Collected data
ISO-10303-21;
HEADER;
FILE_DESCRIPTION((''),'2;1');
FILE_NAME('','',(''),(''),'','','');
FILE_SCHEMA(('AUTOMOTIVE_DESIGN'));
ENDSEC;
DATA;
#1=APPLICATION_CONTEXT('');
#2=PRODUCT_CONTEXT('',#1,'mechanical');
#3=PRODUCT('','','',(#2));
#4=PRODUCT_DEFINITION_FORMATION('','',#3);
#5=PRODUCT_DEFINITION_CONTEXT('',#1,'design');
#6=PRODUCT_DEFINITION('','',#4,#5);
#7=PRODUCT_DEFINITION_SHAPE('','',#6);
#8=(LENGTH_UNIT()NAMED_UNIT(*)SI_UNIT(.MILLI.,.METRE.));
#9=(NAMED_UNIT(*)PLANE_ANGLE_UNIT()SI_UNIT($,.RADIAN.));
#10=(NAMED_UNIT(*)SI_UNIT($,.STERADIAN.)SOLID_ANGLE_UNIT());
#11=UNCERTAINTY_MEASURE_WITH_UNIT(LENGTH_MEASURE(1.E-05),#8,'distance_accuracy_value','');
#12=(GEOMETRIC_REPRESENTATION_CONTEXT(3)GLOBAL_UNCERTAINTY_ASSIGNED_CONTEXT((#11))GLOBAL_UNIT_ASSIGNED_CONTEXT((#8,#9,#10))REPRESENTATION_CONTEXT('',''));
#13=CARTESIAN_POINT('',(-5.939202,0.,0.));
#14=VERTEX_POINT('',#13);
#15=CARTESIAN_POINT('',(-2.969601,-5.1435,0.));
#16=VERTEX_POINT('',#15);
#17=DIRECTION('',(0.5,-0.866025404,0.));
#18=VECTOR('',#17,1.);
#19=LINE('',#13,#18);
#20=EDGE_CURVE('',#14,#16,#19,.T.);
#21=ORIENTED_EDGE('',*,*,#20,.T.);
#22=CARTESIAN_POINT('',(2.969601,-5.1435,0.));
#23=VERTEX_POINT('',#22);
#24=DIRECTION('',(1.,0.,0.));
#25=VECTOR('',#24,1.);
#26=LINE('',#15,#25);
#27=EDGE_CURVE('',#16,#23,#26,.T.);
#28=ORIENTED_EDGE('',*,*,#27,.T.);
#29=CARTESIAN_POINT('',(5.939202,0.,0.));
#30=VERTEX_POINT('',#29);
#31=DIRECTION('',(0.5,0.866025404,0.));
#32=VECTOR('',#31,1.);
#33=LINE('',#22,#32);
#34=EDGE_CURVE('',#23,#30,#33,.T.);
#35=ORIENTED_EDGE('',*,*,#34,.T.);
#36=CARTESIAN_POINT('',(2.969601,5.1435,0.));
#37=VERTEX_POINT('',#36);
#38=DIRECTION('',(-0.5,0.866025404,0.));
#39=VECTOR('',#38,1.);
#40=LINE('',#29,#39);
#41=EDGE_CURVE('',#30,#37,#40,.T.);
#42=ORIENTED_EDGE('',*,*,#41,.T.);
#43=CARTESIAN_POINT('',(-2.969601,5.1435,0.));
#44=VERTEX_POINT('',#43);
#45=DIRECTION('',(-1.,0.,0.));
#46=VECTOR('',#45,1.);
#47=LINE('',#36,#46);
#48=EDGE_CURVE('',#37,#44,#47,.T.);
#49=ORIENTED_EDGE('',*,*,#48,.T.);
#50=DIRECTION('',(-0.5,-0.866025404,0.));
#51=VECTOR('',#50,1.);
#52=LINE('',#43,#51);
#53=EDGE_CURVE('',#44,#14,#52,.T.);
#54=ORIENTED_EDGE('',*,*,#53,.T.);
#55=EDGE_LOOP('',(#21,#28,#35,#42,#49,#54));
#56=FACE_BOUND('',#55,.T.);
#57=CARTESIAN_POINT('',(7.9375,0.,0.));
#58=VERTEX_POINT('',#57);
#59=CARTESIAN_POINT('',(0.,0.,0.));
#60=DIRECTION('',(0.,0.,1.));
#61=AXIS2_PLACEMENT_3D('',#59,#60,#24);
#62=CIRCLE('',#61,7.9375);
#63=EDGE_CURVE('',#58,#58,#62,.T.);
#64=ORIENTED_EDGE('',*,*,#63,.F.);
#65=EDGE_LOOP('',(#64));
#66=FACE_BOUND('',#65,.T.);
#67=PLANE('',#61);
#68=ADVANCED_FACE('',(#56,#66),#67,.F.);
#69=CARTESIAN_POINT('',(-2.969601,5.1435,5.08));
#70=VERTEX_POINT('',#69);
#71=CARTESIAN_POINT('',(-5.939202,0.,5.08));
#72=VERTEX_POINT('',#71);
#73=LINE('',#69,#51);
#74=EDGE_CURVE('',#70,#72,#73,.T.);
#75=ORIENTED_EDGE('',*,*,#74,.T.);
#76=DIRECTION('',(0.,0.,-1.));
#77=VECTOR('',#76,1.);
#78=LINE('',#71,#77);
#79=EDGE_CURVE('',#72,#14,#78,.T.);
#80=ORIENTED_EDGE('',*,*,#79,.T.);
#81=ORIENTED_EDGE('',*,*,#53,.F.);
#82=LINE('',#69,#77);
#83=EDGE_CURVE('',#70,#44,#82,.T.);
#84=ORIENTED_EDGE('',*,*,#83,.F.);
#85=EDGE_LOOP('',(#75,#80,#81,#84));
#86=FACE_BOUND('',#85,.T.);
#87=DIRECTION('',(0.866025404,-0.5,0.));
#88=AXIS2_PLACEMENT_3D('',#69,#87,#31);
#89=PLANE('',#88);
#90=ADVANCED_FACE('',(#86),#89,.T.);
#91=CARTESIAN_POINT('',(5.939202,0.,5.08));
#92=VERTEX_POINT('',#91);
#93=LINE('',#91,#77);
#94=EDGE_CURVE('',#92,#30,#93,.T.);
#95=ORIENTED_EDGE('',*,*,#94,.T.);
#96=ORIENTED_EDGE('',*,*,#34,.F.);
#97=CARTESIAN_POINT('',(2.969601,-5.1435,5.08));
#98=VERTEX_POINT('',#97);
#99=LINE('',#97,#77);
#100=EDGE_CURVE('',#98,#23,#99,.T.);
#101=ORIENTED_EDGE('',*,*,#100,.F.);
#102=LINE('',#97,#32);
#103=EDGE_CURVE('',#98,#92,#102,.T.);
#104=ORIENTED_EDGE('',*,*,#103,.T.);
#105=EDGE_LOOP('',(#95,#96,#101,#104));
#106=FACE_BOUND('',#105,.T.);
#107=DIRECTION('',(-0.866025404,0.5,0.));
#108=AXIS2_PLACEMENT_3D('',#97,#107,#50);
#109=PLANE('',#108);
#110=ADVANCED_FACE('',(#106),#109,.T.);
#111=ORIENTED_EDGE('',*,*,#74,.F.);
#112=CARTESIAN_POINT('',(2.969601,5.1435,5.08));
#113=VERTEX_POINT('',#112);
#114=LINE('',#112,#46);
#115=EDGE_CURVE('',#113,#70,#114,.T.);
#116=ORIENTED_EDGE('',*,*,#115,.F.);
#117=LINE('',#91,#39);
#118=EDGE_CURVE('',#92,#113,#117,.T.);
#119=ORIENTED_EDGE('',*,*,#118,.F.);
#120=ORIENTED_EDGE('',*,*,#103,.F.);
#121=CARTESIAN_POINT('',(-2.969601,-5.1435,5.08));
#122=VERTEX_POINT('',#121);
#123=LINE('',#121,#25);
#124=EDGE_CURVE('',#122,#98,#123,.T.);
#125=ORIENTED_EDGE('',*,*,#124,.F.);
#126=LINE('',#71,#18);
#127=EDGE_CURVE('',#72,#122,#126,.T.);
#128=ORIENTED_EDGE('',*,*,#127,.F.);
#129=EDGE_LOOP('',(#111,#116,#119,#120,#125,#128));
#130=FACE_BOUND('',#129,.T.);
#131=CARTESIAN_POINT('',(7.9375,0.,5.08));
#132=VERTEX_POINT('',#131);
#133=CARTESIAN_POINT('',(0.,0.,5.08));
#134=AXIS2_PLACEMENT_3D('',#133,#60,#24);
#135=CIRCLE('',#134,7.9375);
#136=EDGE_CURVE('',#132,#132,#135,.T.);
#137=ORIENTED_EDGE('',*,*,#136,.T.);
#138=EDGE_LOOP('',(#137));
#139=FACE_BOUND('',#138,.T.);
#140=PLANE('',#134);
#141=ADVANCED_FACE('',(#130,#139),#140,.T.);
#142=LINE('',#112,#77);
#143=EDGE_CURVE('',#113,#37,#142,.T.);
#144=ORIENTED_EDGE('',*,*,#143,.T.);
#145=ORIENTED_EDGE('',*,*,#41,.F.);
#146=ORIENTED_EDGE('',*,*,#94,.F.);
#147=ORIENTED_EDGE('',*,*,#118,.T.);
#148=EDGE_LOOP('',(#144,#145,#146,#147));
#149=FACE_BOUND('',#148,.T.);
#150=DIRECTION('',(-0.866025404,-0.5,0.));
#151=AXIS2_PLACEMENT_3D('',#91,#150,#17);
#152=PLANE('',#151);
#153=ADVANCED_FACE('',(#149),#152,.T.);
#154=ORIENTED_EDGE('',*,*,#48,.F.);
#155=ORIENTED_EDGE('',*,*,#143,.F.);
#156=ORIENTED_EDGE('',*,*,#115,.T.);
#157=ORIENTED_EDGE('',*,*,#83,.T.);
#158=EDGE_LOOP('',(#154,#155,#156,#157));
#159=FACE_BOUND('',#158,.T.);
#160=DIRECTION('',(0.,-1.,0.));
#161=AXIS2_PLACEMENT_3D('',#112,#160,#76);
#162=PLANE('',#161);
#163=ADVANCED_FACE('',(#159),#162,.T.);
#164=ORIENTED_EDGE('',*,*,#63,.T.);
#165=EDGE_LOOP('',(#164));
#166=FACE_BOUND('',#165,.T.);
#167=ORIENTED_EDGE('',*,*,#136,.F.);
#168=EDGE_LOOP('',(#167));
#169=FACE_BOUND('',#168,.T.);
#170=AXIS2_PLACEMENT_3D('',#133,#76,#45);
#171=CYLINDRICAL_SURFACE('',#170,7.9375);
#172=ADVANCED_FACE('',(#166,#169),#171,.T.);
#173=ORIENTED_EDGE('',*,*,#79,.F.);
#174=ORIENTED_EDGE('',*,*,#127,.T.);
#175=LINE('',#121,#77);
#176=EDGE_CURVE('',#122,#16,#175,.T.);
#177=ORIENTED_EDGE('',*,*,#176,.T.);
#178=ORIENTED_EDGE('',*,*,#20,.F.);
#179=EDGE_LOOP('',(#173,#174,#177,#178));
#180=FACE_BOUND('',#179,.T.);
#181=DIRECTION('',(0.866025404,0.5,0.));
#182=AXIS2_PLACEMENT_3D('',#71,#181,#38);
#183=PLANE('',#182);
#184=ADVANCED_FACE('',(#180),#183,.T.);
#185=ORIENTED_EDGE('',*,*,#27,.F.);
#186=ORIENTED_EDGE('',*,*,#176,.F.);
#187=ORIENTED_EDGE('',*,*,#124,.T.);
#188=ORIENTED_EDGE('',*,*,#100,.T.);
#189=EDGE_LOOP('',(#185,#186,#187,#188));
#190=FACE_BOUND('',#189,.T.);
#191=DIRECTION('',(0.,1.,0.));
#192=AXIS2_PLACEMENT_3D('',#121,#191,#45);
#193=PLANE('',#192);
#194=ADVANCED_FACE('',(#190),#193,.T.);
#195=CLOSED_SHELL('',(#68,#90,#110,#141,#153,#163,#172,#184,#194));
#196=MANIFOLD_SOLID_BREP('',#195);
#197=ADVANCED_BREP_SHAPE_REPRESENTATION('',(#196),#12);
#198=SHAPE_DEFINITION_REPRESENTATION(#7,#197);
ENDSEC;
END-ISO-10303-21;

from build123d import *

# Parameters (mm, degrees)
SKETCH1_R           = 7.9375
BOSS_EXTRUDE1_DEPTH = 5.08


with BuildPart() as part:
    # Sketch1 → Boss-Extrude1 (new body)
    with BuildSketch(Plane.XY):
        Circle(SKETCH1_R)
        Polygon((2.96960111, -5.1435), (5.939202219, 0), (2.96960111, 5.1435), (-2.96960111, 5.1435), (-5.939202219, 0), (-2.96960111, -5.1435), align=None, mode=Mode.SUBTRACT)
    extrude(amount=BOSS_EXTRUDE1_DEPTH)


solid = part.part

WORK TO BE COMPLETED: Please print verbatim each line from the first line of the entries above to the line that contains "#23=VERTEX_POINT('',#22);", inclusive, and nothing more.

EXERCISE OUTPUT:
ISO-10303-21;
HEADER;
FILE_DESCRIPTION((''),'2;1');
FILE_NAME('','',(''),(''),'','','');
FILE_SCHEMA(('AUTOMOTIVE_DESIGN'));
ENDSEC;
DATA;
#1=APPLICATION_CONTEXT('');
#2=PRODUCT_CONTEXT('',#1,'mechanical');
#3=PRODUCT('','','',(#2));
#4=PRODUCT_DEFINITION_FORMATION('','',#3);
#5=PRODUCT_DEFINITION_CONTEXT('',#1,'design');
#6=PRODUCT_DEFINITION('','',#4,#5);
#7=PRODUCT_DEFINITION_SHAPE('','',#6);
#8=(LENGTH_UNIT()NAMED_UNIT(*)SI_UNIT(.MILLI.,.METRE.));
#9=(NAMED_UNIT(*)PLANE_ANGLE_UNIT()SI_UNIT($,.RADIAN.));
#10=(NAMED_UNIT(*)SI_UNIT($,.STERADIAN.)SOLID_ANGLE_UNIT());
#11=UNCERTAINTY_MEASURE_WITH_UNIT(LENGTH_MEASURE(1.E-05),#8,'distance_accuracy_value','');
#12=(GEOMETRIC_REPRESENTATION_CONTEXT(3)GLOBAL_UNCERTAINTY_ASSIGNED_CONTEXT((#11))GLOBAL_UNIT_ASSIGNED_CONTEXT((#8,#9,#10))REPRESENTATION_CONTEXT('',''));
#13=CARTESIAN_POINT('',(-5.939202,0.,0.));
#14=VERTEX_POINT('',#13);
#15=CARTESIAN_POINT('',(-2.969601,-5.1435,0.));
#16=VERTEX_POINT('',#15);
#17=DIRECTION('',(0.5,-0.866025404,0.));
#18=VECTOR('',#17,1.);
#19=LINE('',#13,#18);
#20=EDGE_CURVE('',#14,#16,#19,.T.);
#21=ORIENTED_EDGE('',*,*,#20,.T.);
#22=CARTESIAN_POINT('',(2.969601,-5.1435,0.));
#23=VERTEX_POINT('',#22);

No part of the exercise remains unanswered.